REQUIRED ACTION: For the word "extrude", work out how many lines in the records below contain it and state that count alone.
------ DATA EXTRACTS
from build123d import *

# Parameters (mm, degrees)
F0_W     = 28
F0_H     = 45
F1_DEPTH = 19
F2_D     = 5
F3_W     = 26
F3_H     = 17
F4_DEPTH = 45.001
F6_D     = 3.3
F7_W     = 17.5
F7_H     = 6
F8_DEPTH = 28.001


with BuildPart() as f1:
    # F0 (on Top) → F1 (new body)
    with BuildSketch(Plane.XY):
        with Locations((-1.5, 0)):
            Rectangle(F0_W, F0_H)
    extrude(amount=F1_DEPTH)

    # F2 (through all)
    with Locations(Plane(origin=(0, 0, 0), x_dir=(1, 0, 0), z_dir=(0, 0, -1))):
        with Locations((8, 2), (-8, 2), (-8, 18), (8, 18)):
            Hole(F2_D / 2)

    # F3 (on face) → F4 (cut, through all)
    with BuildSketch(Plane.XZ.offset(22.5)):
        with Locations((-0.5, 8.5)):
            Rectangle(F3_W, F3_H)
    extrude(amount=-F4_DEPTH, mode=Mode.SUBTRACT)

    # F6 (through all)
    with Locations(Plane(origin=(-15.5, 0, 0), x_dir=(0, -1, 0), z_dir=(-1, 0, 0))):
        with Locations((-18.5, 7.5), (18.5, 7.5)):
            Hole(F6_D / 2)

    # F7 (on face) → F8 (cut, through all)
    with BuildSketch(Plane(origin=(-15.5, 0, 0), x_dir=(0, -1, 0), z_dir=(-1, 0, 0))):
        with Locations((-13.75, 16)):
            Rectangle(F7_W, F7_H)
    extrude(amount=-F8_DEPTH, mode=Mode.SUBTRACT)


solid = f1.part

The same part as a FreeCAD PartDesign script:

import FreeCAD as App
import Part
import Sketcher
Q = App.Units.Quantity

doc = App.newDocument("Part")
body = doc.addObject("PartDesign::Body", "Body")

# Sketch on XY plane
sketch1 = body.newObject("Sketcher::SketchObject", "Sketch")
sketch1.AttachmentSupport = (doc.getObject("XY_Plane"), [""])
sketch1.MapMode = "FlatFace"
sketch1.addGeometry(Part.LineSegment(App.Vector(-16, 22, 0), App.Vector(-16, -22, 0)), False)
sketch1.addGeometry(Part.LineSegment(App.Vector(-16, -22, 0), App.Vector(12, -22, 0)), False)
sketch1.addGeometry(Part.LineSegment(App.Vector(12, -22, 0), App.Vector(12, 22, 0)), False)
sketch1.addGeometry(Part.LineSegment(App.Vector(12, 22, 0), App.Vector(-16, 22, 0)), False)
sketch1.addConstraint(Sketcher.Constraint("Coincident", 0, 2, 1, 1))
sketch1.addConstraint(Sketcher.Constraint("Coincident", 1, 2, 2, 1))
sketch1.addConstraint(Sketcher.Constraint("Coincident", 2, 2, 3, 1))
sketch1.addConstraint(Sketcher.Constraint("Coincident", 3, 2, 0, 1))
sketch1.addConstraint(Sketcher.Constraint("Vertical", 0))
sketch1.addConstraint(Sketcher.Constraint("Horizontal", 1))
sketch1.addConstraint(Sketcher.Constraint("Vertical", 2))
sketch1.addConstraint(Sketcher.Constraint("Horizontal", 3))
sketch1.addConstraint(Sketcher.Constraint("DistanceX", 1, 1, 1, 2, Q("28 mm")))
sketch1.addConstraint(Sketcher.Constraint("DistanceY", 0, 2, 0, 1, Q("45 mm")))
sketch1.addConstraint(Sketcher.Constraint("DistanceX", 0, 2, -1, 1, Q("15.5 mm")))
sketch1.addConstraint(Sketcher.Constraint("DistanceY", 0, 2, -1, 1, Q("22.5 mm")))
pad1 = body.newObject("PartDesign::Pad", "Pad")
pad1.Profile = sketch1
pad1.Length = 19

# Sketch on XY plane
sketch2 = body.newObject("Sketcher::SketchObject", "Sketch001")
sketch2.AttachmentSupport = (doc.getObject("XY_Plane"), [""])
sketch2.MapMode = "FlatFace"
sketch2.addGeometry(Part.Circle(App.Vector(8, -2, 0), App.Vector(0, 0, 1), 2.5), False)
sketch2.addGeometry(Part.Circle(App.Vector(-8, -2, 0), App.Vector(0, 0, 1), 2.5), False)
sketch2.addGeometry(Part.Circle(App.Vector(-8, -18, 0), App.Vector(0, 0, 1), 2.5), False)
sketch2.addGeometry(Part.Circle(App.Vector(8, -18, 0), App.Vector(0, 0, 1), 2.5), False)
sketch2.addConstraint(Sketcher.Constraint("Equal", 0, 1))
sketch2.addConstraint(Sketcher.Constraint("Equal", 1, 2))
sketch2.addConstraint(Sketcher.Constraint("Equal", 2, 3))
sketch2.addConstraint(Sketcher.Constraint("Symmetric", 0, 3, 1, 3, -2))
sketch2.addConstraint(Sketcher.Constraint("Symmetric", 2, 3, 3, 3, -2))
sketch2.addConstraint(Sketcher.Constraint("Vertical", 1, 3, 2, 3))
sketch2.addConstraint(Sketcher.Constraint("Diameter", 0, Q("5 mm")))
sketch2.addConstraint(Sketcher.Constraint("DistanceX", -1, 1, 0, 3, Q("8 mm")))
sketch2.addConstraint(Sketcher.Constraint("DistanceY", 0, 3, -1, 1, Q("2 mm")))
sketch2.addConstraint(Sketcher.Constraint("DistanceY", 2, 3, -1, 1, Q("18 mm")))
doc.recompute()
hole = body.newObject("PartDesign::Hole", "Hole")
hole.Profile = sketch2
hole.ThreadType = "None"
hole.Diameter = 5
hole.DepthType = "ThroughAll"
hole.Reversed = True

# Sketch on XZ plane
sketch3 = body.newObject("Sketcher::SketchObject", "Sketch002")
sketch3.AttachmentSupport = (doc.getObject("XZ_Plane"), [""])
sketch3.MapMode = "FlatFace"
sketch3.AttachmentOffset = App.Placement(App.Vector(0, 0, 22.5), App.Rotation())
sketch3.addGeometry(Part.LineSegment(App.Vector(-14, 17, 0), App.Vector(-14, 0, 0)), False)
sketch3.addGeometry(Part.LineSegment(App.Vector(-14, 0, 0), App.Vector(12, 0, 0)), False)
sketch3.addGeometry(Part.LineSegment(App.Vector(12, 0, 0), App.Vector(12, 17, 0)), False)
sketch3.addGeometry(Part.LineSegment(App.Vector(12, 17, 0), App.Vector(-14, 17, 0)), False)
sketch3.addConstraint(Sketcher.Constraint("Coincident", 0, 2, 1, 1))
sketch3.addConstraint(Sketcher.Constraint("Coincident", 1, 2, 2, 1))
sketch3.addConstraint(Sketcher.Constraint("Coincident", 2, 2, 3, 1))
sketch3.addConstraint(Sketcher.Constraint("Coincident", 3, 2, 0, 1))
sketch3.addConstraint(Sketcher.Constraint("Vertical", 0))
sketch3.addConstraint(Sketcher.Constraint("Horizontal", 1))
sketch3.addConstraint(Sketcher.Constraint("Vertical", 2))
sketch3.addConstraint(Sketcher.Constraint("Horizontal", 3))
sketch3.addConstraint(Sketcher.Constraint("PointOnObject", 0, 2, -1))
sketch3.addConstraint(Sketcher.Constraint("DistanceX", 1, 1, 1, 2, Q("26 mm")))
sketch3.addConstraint(Sketcher.Constraint("DistanceY", 0, 2, 0, 1, Q("17 mm")))
sketch3.addConstraint(Sketcher.Constraint("DistanceX", 0, 2, -1, 1, Q("13.5 mm")))
pocket1 = body.newObject("PartDesign::Pocket", "Pocket")
pocket1.Profile = sketch3
pocket1.Type = "ThroughAll"

# Sketch on YZ plane
sketch4 = body.newObject("Sketcher::SketchObject", "Sketch003")
sketch4.AttachmentSupport = (doc.getObject("YZ_Plane"), [""])
sketch4.MapMode = "FlatFace"
sketch4.AttachmentOffset = App.Placement(App.Vector(0, 0, -15.5), App.Rotation())
sketch4.addGeometry(Part.Circle(App.Vector(18.5, 7.5, 0), App.Vector(0, 0, 1), 1.6), False)
sketch4.addGeometry(Part.Circle(App.Vector(-18.5, 7.5, 0), App.Vector(0, 0, 1), 1.6), False)
sketch4.addConstraint(Sketcher.Constraint("Equal", 0, 1))
sketch4.addConstraint(Sketcher.Constraint("Symmetric", 0, 3, 1, 3, -2))
sketch4.addConstraint(Sketcher.Constraint("Diameter", 0, Q("3.3 mm")))
sketch4.addConstraint(Sketcher.Constraint("DistanceX", 1, 3, 0, 3, Q("37 mm")))
sketch4.addConstraint(Sketcher.Constraint("DistanceY", -1, 1, 0, 3, Q("7.5 mm")))
doc.recompute()
hole2 = body.newObject("PartDesign::Hole", "Hole001")
hole2.Profile = sketch4
hole2.ThreadType = "None"
hole2.Diameter = 3.3
hole2.DepthType = "ThroughAll"
hole2.Reversed = True

# Sketch on YZ plane
sketch5 = body.newObject("Sketcher::SketchObject", "Sketch004")
sketch5.AttachmentSupport = (doc.getObject("YZ_Plane"), [""])
sketch5.MapMode = "FlatFace"
sketch5.AttachmentOffset = App.Placement(App.Vector(0, 0, -15.5), App.Rotation())
sketch5.addGeometry(Part.LineSegment(App.Vector(22, 19, 0), App.Vector(22, 13, 0)), False)
sketch5.addGeometry(Part.LineSegment(App.Vector(22, 13, 0), App.Vector(5, 13, 0)), False)
sketch5.addGeometry(Part.LineSegment(App.Vector(5, 13, 0), App.Vector(5, 19, 0)), False)
sketch5.addGeometry(Part.LineSegment(App.Vector(5, 19, 0), App.Vector(22, 19, 0)), False)
sketch5.addConstraint(Sketcher.Constraint("Coincident", 0, 2, 1, 1))
sketch5.addConstraint(Sketcher.Constraint("Coincident", 1, 2, 2, 1))
sketch5.addConstraint(Sketcher.Constraint("Coincident", 2, 2, 3, 1))
sketch5.addConstraint(Sketcher.Constraint("Coincident", 3, 2, 0, 1))
sketch5.addConstraint(Sketcher.Constraint("Vertical", 0))
sketch5.addConstraint(Sketcher.Constraint("Horizontal", 1))
sketch5.addConstraint(Sketcher.Constraint("Vertical", 2))
sketch5.addConstraint(Sketcher.Constraint("Horizontal", 3))
sketch5.addConstraint(Sketcher.Constraint("DistanceY", 0, 2, 0, 1, Q("6 mm")))
sketch5.addConstraint(Sketcher.Constraint("DistanceX", 1, 2, 1, 1, Q("17.5 mm")))
sketch5.addConstraint(Sketcher.Constraint("DistanceY", -1, 1, 0, 2, Q("13 mm")))
sketch5.addConstraint(Sketcher.Constraint("DistanceX", -1, 1, 1, 2, Q("5 mm")))
pocket2 = body.newObject("PartDesign::Pocket", "Pocket001")
pocket2.Profile = sketch5
pocket2.Type = "ThroughAll"
pocket2.Reversed = True

doc.recompute()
------------
RESULT OF THE TASK: 3